Campaigners have called on the Government to recognise fibromyalgia as a long-term disability.
It is estimated that tens of thousands of people in Ireland suffer with the condition, which is characterised by widespread pain and fatigue and can be difficult to diagnose.
College student Merissa Appel, 25, lives with fibromyalgia. She says she is in constant pain and finds everyday activities a challenge.
She said: “It’s an up and down feeling, one day I could be fine and I’d have very minimal pain and then other days I can feel as if a ten-storey brick building has fallen on top me and the pain is crushing… It’s debilitating and it’s really hard for me to just get out of bed.”
“It can be very isolating as well when friends don’t understand what you’re going through and they tend to stop hanging out with you because you’re cancelling all the time.”
Sufferers of fibromyalgia gathered at a conference in Dublin today calling on the Government to officially recognise it as a long-term illness.
Ursula Hakman, spokesperson for Fibro Ireland, said more needs to be done to help people with the condition.
“You need a multi pronged approach, you have to subsidise it and you have to finance it. If fibromyalgia would be on the long-term illness list it would be recognised and you would get financial assistance.”
Not much is known about the causes of fibromyalgia, and Dr Shelagh Wright, a Chartered Psychologist, says it is difficult to treat.

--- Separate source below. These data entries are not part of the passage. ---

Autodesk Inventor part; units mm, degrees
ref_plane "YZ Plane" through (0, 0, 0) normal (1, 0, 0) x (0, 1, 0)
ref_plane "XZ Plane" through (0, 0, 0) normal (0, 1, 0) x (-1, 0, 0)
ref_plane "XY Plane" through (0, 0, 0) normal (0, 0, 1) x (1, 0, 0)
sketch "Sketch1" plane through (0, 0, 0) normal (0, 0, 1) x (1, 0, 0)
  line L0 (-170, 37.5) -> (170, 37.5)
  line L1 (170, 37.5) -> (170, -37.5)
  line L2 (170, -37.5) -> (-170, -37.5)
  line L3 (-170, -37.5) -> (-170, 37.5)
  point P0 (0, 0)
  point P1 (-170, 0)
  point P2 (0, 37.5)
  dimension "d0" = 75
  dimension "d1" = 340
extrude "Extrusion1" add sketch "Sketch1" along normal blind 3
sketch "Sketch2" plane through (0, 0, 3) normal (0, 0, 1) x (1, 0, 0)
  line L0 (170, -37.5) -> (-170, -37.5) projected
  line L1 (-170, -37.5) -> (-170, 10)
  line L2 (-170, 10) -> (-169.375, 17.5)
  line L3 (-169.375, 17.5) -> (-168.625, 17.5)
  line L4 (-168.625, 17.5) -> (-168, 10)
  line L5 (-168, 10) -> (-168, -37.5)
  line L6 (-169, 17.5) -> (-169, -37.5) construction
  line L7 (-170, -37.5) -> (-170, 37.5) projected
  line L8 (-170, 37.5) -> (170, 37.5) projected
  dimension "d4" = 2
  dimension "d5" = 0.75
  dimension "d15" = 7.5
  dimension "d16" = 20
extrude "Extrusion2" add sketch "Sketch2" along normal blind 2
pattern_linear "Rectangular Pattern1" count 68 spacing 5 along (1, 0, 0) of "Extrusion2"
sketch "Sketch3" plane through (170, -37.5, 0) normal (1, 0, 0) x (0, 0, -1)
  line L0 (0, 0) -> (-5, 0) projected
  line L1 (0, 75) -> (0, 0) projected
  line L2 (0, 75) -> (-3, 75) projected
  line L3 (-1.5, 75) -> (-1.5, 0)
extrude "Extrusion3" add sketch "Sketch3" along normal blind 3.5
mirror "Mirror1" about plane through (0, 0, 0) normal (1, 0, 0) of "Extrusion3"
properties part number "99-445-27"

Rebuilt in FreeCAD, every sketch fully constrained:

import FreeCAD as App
import Part
import Sketcher


def add_polygon(sketch, points):
    """Adds a closed chain of lines whose ends are joined by coincident constraints."""
    first, n = sketch.GeometryCount, len(points)
    for a, b in zip(points, points[1:] + points[:1]):
        sketch.addGeometry(Part.LineSegment(App.Vector(*a, 0), App.Vector(*b, 0)), False)
    for i in range(n):
        sketch.addConstraint(Sketcher.Constraint("Coincident", first + i, 2, first + (i + 1) % n, 1))

doc = App.newDocument("Part")
body = doc.addObject("PartDesign::Body", "Body")

sketch1 = body.newObject("Sketcher::SketchObject", "Sketch")
sketch1.AttachmentSupport = (doc.getObject("XY_Plane"), [""])
sketch1.MapMode = "FlatFace"
add_polygon(sketch1, [(170, 37.5), (-170, 37.5), (-170, -37.5), (170, -37.5)])
sketch1.addConstraint([
    Sketcher.Constraint("Horizontal", 0),
    Sketcher.Constraint("Vertical", 1),
    Sketcher.Constraint("Horizontal", 2),
    Sketcher.Constraint("Vertical", 3),
    Sketcher.Constraint("Symmetric", 0, 2, 2, 2, -1, 1),
    Sketcher.Constraint("DistanceX", 0, 2, 0, 1, 340.0),
    Sketcher.Constraint("DistanceY", 1, 2, 1, 1, 75.0),
])
pad1 = body.newObject("PartDesign::Pad", "Pad")
pad1.Profile = sketch1
pad1.Length = 3

sketch2 = body.newObject("Sketcher::SketchObject", "Sketch001")
sketch2.AttachmentSupport = (doc.getObject("XY_Plane"), [""])
sketch2.MapMode = "FlatFace"
sketch2.AttachmentOffset = App.Placement(App.Vector(0, 0, 3), App.Rotation())
add_polygon(sketch2, [(-170, -37.5), (-168, -37.5), (-168, 10), (-168.625, 17.5), (-169.375, 17.5), (-170, 10)])
sketch2.addConstraint([
    Sketcher.Constraint("Horizontal", 0),
    Sketcher.Constraint("Vertical", 1),
    Sketcher.Constraint("Horizontal", 3),
    Sketcher.Constraint("Vertical", 5),
    Sketcher.Constraint("Horizontal", 1, 2, 4, 2),
    Sketcher.Constraint("Equal", 2, 4),
    Sketcher.Constraint("DistanceX", 0, 1, 0, 2, 2.0),
    Sketcher.Constraint("DistanceX", 3, 2, 3, 1, 0.75),
    Sketcher.Constraint("DistanceY", 1, 2, 2, 2, 7.5),
    Sketcher.Constraint("DistanceY", 1, 1, 1, 2, 47.5),
    Sketcher.Constraint("DistanceX", 0, 2, -1, 1, 168.0),
    Sketcher.Constraint("DistanceY", -1, 1, 1, 2, 10.0),
])
pad2 = body.newObject("PartDesign::Pad", "Pad001")
pad2.Profile = sketch2
pad2.Length = 2
doc.recompute()

linearpattern = body.newObject("PartDesign::LinearPattern", "LinearPattern")
linearpattern.Originals = [pad2]
linearpattern.Direction = (doc.getObject("X_Axis"), [""])
linearpattern.Mode = "offset"
linearpattern.Offset = 5
linearpattern.Occurrences = 68
body.Tip = linearpattern

sketch3 = body.newObject("Sketcher::SketchObject", "Sketch002")
sketch3.AttachmentSupport = (doc.getObject("YZ_Plane"), [""])
sketch3.MapMode = "FlatFace"
sketch3.AttachmentOffset = App.Placement(App.Vector(0, 0, 170), App.Rotation())
add_polygon(sketch3, [(-37.5, 1.5), (-37.5, 0), (37.5, 0), (37.5, 1.5)])
sketch3.addConstraint([
    Sketcher.Constraint("Vertical", 0),
    Sketcher.Constraint("Horizontal", 1),
    Sketcher.Constraint("Vertical", 2),
    Sketcher.Constraint("Horizontal", 3),
    Sketcher.Constraint("Symmetric", 0, 2, 1, 2, -1, 1),
    Sketcher.Constraint("DistanceX", 1, 1, 1, 2, 75.0),
    Sketcher.Constraint("DistanceY", 0, 2, 0, 1, 1.5),
])
pad3 = body.newObject("PartDesign::Pad", "Pad002")
pad3.Profile = sketch3
pad3.Length = 3.5
doc.recompute()

mirrored = body.newObject("PartDesign::Mirrored", "Mirrored")
mirrored.Originals = [pad3]
mirrored.MirrorPlane = (doc.getObject("YZ_Plane"), [""])
body.Tip = mirrored

doc.recompute()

“It’s one of those conditions which does lend itself to self-management but that is complex, so the patient education component is really important.
“Patients are helped by some understanding of brain neuroscience.”

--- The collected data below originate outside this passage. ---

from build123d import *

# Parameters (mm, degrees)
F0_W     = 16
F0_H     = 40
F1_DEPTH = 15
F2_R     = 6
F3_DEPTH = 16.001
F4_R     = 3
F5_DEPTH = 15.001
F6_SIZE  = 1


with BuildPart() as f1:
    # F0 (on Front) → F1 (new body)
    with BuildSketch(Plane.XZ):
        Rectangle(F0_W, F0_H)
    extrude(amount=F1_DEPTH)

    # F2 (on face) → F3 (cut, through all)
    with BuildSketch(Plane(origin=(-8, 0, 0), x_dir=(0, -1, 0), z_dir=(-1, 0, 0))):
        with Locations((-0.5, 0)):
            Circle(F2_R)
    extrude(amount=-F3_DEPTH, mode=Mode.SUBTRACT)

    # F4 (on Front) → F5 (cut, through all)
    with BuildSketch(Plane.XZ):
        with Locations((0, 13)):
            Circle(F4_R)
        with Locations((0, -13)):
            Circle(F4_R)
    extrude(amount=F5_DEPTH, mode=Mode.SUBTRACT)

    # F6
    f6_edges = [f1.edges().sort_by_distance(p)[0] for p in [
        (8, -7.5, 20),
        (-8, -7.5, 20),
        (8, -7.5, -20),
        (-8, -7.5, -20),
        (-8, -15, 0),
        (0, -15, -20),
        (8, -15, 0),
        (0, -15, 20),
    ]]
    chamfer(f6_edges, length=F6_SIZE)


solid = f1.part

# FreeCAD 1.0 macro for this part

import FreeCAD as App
import Part
import Sketcher
from FreeCAD import Vector
Q = App.Units.Quantity


def edges_at(feature, points):
    """Names of the edges that pass closest to the given points."""
    edges = feature.Shape.Edges
    near = lambda p: min(range(len(edges)), key=lambda i: edges[i].distToShape(Part.Vertex(*p))[0])
    return sorted({f"Edge{near(p) + 1}" for p in points})

doc = App.newDocument("Part")
body = doc.addObject("PartDesign::Body", "Body")

# Sketch on XZ plane
sketch1 = doc.addObject("Sketcher::SketchObject", "Sketch")
body.addObject(sketch1)
sketch1.AttachmentSupport = (doc.XZ_Plane, [""])
sketch1.MapMode = "FlatFace"
sketch1.addGeometry([
    Part.LineSegment(Vector(-8, 20, 0), Vector(-8, -20, 0)),
    Part.LineSegment(Vector(-8, -20, 0), Vector(8, -20, 0)),
    Part.LineSegment(Vector(8, -20, 0), Vector(8, 20, 0)),
    Part.LineSegment(Vector(8, 20, 0), Vector(-8, 20, 0)),
], False)
sketch1.addConstraint([
    Sketcher.Constraint("Coincident", 0, 2, 1, 1),
    Sketcher.Constraint("Coincident", 1, 2, 2, 1),
    Sketcher.Constraint("Coincident", 2, 2, 3, 1),
    Sketcher.Constraint("Coincident", 3, 2, 0, 1),
    Sketcher.Constraint("Vertical", 0),
    Sketcher.Constraint("Horizontal", 1),
    Sketcher.Constraint("Vertical", 2),
    Sketcher.Constraint("Horizontal", 3),
    Sketcher.Constraint("Symmetric", 0, 2, 2, 2, -1, 1),
    Sketcher.Constraint("DistanceX", 1, 1, 1, 2, Q("16 mm")),
    Sketcher.Constraint("DistanceY", 0, 2, 0, 1, Q("40 mm")),
])
pad1 = doc.addObject("PartDesign::Pad", "Pad")
body.addObject(pad1)
pad1.Profile = sketch1
pad1.Length = 15

# Sketch on YZ plane
sketch2 = doc.addObject("Sketcher::SketchObject", "Sketch001")
body.addObject(sketch2)
sketch2.AttachmentSupport = (doc.YZ_Plane, [""])
sketch2.MapMode = "FlatFace"
sketch2.AttachmentOffset = App.Placement(Vector(0, 0, -8), App.Rotation())
sketch2.addGeometry(Part.Circle(Vector(0.5, 0, 0), Vector(0, 0, 1), 6), False)
sketch2.addConstraint([
    Sketcher.Constraint("PointOnObject", 0, 3, -1),
    Sketcher.Constraint("Diameter", 0, Q("12 mm")),
    Sketcher.Constraint("DistanceX", -1, 1, 0, 3, Q("0.5 mm")),
])
pocket1 = doc.addObject("PartDesign::Pocket", "Pocket")
body.addObject(pocket1)
pocket1.Profile = sketch2
pocket1.Type = "ThroughAll"
pocket1.Reversed = True

# Sketch on XZ plane
sketch3 = doc.addObject("Sketcher::SketchObject", "Sketch002")
body.addObject(sketch3)
sketch3.AttachmentSupport = (doc.XZ_Plane, [""])
sketch3.MapMode = "FlatFace"
sketch3.addGeometry([
    Part.Circle(Vector(0, 13, 0), Vector(0, 0, 1), 3),
    Part.Circle(Vector(0, -13, 0), Vector(0, 0, 1), 3),
], False)
sketch3.addConstraint([
    Sketcher.Constraint("Equal", 0, 1),
    Sketcher.Constraint("Symmetric", 0, 3, 1, 3, -1, 1),
    Sketcher.Constraint("PointOnObject", 0, 3, -2),
    Sketcher.Constraint("Diameter", 0, Q("6 mm")),
    Sketcher.Constraint("DistanceY", -1, 1, 0, 3, Q("13 mm")),
])
pocket2 = doc.addObject("PartDesign::Pocket", "Pocket001")
body.addObject(pocket2)
pocket2.Profile = sketch3
pocket2.Type = "ThroughAll"
pocket2.Reversed = True
doc.recompute()

chamfer = doc.addObject("PartDesign::Chamfer", "Chamfer")
body.addObject(chamfer)
chamfer.Base = (pocket2, edges_at(pocket2, [
    (8, -7.5, 20),
    (-8, -7.5, 20),
    (8, -7.5, -20),
    (-8, -7.5, -20),
    (-8, -15, 0),
    (0, -15, -20),
    (8, -15, 0),
    (0, -15, 20),
]))
chamfer.Size = 1

doc.recompute()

Singer Damien Dempsey and his mum Adrienne Dempsey, who suffers with the condition, attended today’s conference.
She said: “I’m in chronic pain and it’s not a nice future to have to look to. I thought this was a time for me to enjoy my life but I’m not enjoying my life at all because I’m in pain 24/7.”
There is no official data on how many people suffer with fibromyalgia in Ireland, but campaigners say tens of thousands have the condition.
They say they will continue their fight to have it recognised as a long-term illness.
Meanwhile, Merissa Appel says she won’t let the condition stop her from living her life.
“It’s not going to stop me getting my dream which is having a career in fashion.
“I’m going to continue working to represent people that have fibromyalgia, especially young people, because there is very little recognition in terms of younger people, so that is what I’m hoping to do.